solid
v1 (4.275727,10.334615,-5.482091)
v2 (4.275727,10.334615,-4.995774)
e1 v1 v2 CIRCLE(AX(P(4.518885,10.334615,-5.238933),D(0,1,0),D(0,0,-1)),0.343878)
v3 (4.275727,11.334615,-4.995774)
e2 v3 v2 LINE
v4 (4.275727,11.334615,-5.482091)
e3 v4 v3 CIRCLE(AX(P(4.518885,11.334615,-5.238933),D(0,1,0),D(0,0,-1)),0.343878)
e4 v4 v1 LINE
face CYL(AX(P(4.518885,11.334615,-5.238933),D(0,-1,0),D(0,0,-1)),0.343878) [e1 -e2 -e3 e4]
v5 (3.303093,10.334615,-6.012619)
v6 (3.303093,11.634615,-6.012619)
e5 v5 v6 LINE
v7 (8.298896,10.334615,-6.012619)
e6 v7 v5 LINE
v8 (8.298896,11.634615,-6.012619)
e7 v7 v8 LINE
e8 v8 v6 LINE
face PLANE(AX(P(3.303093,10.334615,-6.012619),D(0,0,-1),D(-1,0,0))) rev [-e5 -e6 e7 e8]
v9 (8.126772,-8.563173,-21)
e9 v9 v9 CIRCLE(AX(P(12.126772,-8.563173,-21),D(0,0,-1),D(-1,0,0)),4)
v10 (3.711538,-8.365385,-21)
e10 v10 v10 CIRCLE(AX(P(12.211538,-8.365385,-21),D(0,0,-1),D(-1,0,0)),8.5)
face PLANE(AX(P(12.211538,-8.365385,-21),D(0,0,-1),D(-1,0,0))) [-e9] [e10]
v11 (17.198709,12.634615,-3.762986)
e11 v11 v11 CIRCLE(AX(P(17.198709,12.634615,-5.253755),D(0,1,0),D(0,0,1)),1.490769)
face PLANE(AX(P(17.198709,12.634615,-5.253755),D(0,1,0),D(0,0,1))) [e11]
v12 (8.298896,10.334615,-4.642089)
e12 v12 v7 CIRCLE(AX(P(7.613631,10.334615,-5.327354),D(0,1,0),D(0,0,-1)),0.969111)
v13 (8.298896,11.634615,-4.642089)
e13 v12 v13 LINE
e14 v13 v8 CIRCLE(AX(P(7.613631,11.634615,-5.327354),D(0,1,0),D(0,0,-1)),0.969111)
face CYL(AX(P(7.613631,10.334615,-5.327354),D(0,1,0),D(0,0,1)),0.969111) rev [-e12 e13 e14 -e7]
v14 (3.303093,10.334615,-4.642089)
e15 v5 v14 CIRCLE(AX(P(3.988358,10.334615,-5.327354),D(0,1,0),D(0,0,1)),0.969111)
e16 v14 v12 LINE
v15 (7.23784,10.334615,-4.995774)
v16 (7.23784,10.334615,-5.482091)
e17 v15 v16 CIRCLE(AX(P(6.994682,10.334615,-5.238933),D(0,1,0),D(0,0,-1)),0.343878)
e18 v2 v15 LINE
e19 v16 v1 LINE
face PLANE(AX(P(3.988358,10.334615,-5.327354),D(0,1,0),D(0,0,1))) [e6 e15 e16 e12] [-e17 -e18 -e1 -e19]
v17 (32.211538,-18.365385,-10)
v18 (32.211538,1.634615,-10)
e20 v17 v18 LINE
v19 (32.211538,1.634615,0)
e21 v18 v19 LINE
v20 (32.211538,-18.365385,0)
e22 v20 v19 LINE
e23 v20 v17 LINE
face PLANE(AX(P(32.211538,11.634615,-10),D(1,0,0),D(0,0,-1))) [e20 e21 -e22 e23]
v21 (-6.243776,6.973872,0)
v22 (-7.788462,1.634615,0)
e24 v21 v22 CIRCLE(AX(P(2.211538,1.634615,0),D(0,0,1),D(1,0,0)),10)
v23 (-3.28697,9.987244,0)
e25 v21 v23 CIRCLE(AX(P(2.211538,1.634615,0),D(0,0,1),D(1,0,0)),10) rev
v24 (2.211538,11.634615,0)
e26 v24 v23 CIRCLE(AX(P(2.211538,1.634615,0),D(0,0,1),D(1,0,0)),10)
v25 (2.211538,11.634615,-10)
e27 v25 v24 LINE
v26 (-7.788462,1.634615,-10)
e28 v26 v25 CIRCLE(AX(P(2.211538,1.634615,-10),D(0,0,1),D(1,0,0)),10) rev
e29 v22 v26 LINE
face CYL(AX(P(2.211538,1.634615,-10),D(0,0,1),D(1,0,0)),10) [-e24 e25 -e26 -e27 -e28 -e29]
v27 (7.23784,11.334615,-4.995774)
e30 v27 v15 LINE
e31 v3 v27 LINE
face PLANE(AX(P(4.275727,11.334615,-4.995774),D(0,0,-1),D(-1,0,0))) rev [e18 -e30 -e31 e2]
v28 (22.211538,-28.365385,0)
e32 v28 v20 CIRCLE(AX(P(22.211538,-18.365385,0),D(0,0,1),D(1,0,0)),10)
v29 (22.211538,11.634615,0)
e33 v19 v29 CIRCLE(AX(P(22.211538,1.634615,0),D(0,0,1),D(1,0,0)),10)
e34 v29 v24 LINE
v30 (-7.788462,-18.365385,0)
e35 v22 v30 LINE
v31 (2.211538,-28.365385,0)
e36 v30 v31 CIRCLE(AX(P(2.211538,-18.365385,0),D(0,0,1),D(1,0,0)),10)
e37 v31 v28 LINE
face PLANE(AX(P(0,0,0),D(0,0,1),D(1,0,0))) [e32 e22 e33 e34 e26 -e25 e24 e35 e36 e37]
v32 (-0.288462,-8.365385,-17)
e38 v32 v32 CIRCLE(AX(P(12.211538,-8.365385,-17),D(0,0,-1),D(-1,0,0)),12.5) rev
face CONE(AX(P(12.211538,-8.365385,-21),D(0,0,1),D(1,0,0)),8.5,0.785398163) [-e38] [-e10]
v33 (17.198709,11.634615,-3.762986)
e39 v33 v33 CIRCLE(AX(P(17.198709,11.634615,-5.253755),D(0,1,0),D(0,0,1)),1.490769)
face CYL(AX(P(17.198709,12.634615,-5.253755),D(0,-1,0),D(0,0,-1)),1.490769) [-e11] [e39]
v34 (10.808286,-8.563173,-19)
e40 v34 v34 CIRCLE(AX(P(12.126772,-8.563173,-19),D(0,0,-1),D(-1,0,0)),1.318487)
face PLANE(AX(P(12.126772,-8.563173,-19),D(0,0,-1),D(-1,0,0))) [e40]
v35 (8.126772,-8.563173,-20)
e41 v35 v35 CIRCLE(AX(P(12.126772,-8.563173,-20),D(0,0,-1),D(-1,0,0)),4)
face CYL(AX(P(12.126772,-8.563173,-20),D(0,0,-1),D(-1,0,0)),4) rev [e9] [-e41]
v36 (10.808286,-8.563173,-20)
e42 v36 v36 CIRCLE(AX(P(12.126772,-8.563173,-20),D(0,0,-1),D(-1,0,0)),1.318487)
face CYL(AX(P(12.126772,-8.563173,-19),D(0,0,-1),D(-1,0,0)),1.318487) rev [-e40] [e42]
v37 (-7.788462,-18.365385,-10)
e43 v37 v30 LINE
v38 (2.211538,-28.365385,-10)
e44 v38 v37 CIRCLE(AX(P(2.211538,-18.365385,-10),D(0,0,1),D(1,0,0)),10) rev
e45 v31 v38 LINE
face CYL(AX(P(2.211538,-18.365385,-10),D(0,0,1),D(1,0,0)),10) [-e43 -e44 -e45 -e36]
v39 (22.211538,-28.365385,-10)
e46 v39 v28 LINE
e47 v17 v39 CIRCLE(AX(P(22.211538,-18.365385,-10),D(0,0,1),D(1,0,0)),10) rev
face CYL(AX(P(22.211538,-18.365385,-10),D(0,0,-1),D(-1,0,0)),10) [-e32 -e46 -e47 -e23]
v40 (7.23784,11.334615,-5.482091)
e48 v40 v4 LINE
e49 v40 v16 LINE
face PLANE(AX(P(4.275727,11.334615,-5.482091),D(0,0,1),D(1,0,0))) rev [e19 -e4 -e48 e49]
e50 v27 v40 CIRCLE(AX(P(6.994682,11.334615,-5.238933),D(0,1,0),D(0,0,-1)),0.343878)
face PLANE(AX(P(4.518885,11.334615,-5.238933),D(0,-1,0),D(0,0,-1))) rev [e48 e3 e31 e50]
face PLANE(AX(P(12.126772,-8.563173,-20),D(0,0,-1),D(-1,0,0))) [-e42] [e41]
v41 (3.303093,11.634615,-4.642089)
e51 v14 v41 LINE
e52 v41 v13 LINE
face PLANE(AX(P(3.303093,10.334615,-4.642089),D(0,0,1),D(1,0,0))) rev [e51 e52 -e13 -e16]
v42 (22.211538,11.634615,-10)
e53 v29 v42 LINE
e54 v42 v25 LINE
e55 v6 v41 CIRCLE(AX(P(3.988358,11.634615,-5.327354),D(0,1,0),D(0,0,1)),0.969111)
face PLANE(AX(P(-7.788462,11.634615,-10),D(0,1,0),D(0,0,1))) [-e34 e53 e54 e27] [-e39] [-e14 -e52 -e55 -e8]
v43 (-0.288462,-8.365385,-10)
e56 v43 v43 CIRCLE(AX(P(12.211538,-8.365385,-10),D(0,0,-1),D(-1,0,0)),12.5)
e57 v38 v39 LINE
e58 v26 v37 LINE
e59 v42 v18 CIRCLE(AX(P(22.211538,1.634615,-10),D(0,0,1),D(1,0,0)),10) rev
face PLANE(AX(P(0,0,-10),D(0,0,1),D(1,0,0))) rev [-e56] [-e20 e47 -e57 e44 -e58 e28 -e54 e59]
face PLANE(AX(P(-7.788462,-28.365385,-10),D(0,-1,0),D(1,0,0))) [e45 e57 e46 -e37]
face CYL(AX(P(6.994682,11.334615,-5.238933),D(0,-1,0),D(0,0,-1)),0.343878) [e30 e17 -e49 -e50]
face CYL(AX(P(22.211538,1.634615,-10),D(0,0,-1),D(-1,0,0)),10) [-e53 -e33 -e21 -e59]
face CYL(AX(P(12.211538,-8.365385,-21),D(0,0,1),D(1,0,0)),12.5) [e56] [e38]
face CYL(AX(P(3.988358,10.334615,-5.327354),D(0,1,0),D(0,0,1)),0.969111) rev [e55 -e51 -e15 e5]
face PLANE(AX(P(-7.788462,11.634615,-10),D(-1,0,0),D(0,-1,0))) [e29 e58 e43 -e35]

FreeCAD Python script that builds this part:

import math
import FreeCAD as App
import Part
import Sketcher

V = App.Vector
Q = App.Units.Quantity


def edges_at(feature, points):
    """Names of the edges that pass closest to the given points."""
    edges = feature.Shape.Edges
    near = lambda p: min(range(len(edges)), key=lambda i: edges[i].distToShape(Part.Vertex(*p))[0])
    return sorted({f"Edge{near(p) + 1}" for p in points})

doc = App.newDocument("Part")
body = doc.addObject("PartDesign::Body", "Body")

# Sketch on XY plane
sketch1 = doc.addObject("Sketcher::SketchObject", "Sketch")
body.addObject(sketch1)
sketch1.AttachmentSupport = (doc.XY_Plane, [""])
sketch1.MapMode = "FlatFace"
sketch1.addGeometry(Part.LineSegment(V(-7.788462, 11.634615, 0), V(-7.788462, -28.365385, 0)), False)
sketch1.addGeometry(Part.LineSegment(V(-7.788462, -28.365385, 0), V(32.211538, -28.365385, 0)), False)
sketch1.addGeometry(Part.LineSegment(V(32.211538, -28.365385, 0), V(32.211538, 11.634615, 0)), False)
sketch1.addGeometry(Part.LineSegment(V(32.211538, 11.634615, 0), V(-7.788462, 11.634615, 0)), False)
sketch1.addConstraint(Sketcher.Constraint("Coincident", 0, 2, 1, 1))
sketch1.addConstraint(Sketcher.Constraint("Coincident", 1, 2, 2, 1))
sketch1.addConstraint(Sketcher.Constraint("Coincident", 2, 2, 3, 1))
sketch1.addConstraint(Sketcher.Constraint("Coincident", 3, 2, 0, 1))
sketch1.addConstraint(Sketcher.Constraint("Vertical", 0))
sketch1.addConstraint(Sketcher.Constraint("Horizontal", 1))
sketch1.addConstraint(Sketcher.Constraint("Vertical", 2))
sketch1.addConstraint(Sketcher.Constraint("Horizontal", 3))
sketch1.addConstraint(Sketcher.Constraint("Equal", 3, 0))
sketch1.addConstraint(Sketcher.Constraint("DistanceX", 1, 1, 1, 2, Q("40 mm")))
sketch1.addConstraint(Sketcher.Constraint("DistanceX", 0, 2, -1, 1, Q("7.788462 mm")))
sketch1.addConstraint(Sketcher.Constraint("DistanceY", 0, 2, -1, 1, Q("28.365385 mm")))
pad1 = doc.addObject("PartDesign::Pad", "Pad")
body.addObject(pad1)
pad1.Profile = sketch1
pad1.Length = 10
pad1.Reversed = True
________________
» **WORK ORDER**: Transcribe verbatim. Cover the lines from the first line of the entries above to the line containing "v9 (8.126772,-8.563173,-21)", inclusive.

» **SOLUTION**:
solid
v1 (4.275727,10.334615,-5.482091)
v2 (4.275727,10.334615,-4.995774)
e1 v1 v2 CIRCLE(AX(P(4.518885,10.334615,-5.238933),D(0,1,0),D(0,0,-1)),0.343878)
v3 (4.275727,11.334615,-4.995774)
e2 v3 v2 LINE
v4 (4.275727,11.334615,-5.482091)
e3 v4 v3 CIRCLE(AX(P(4.518885,11.334615,-5.238933),D(0,1,0),D(0,0,-1)),0.343878)
e4 v4 v1 LINE
face CYL(AX(P(4.518885,11.334615,-5.238933),D(0,-1,0),D(0,0,-1)),0.343878) [e1 -e2 -e3 e4]
v5 (3.303093,10.334615,-6.012619)
v6 (3.303093,11.634615,-6.012619)
e5 v5 v6 LINE
v7 (8.298896,10.334615,-6.012619)
e6 v7 v5 LINE
v8 (8.298896,11.634615,-6.012619)
e7 v7 v8 LINE
e8 v8 v6 LINE
face PLANE(AX(P(3.303093,10.334615,-6.012619),D(0,0,-1),D(-1,0,0))) rev [-e5 -e6 e7 e8]
v9 (8.126772,-8.563173,-21)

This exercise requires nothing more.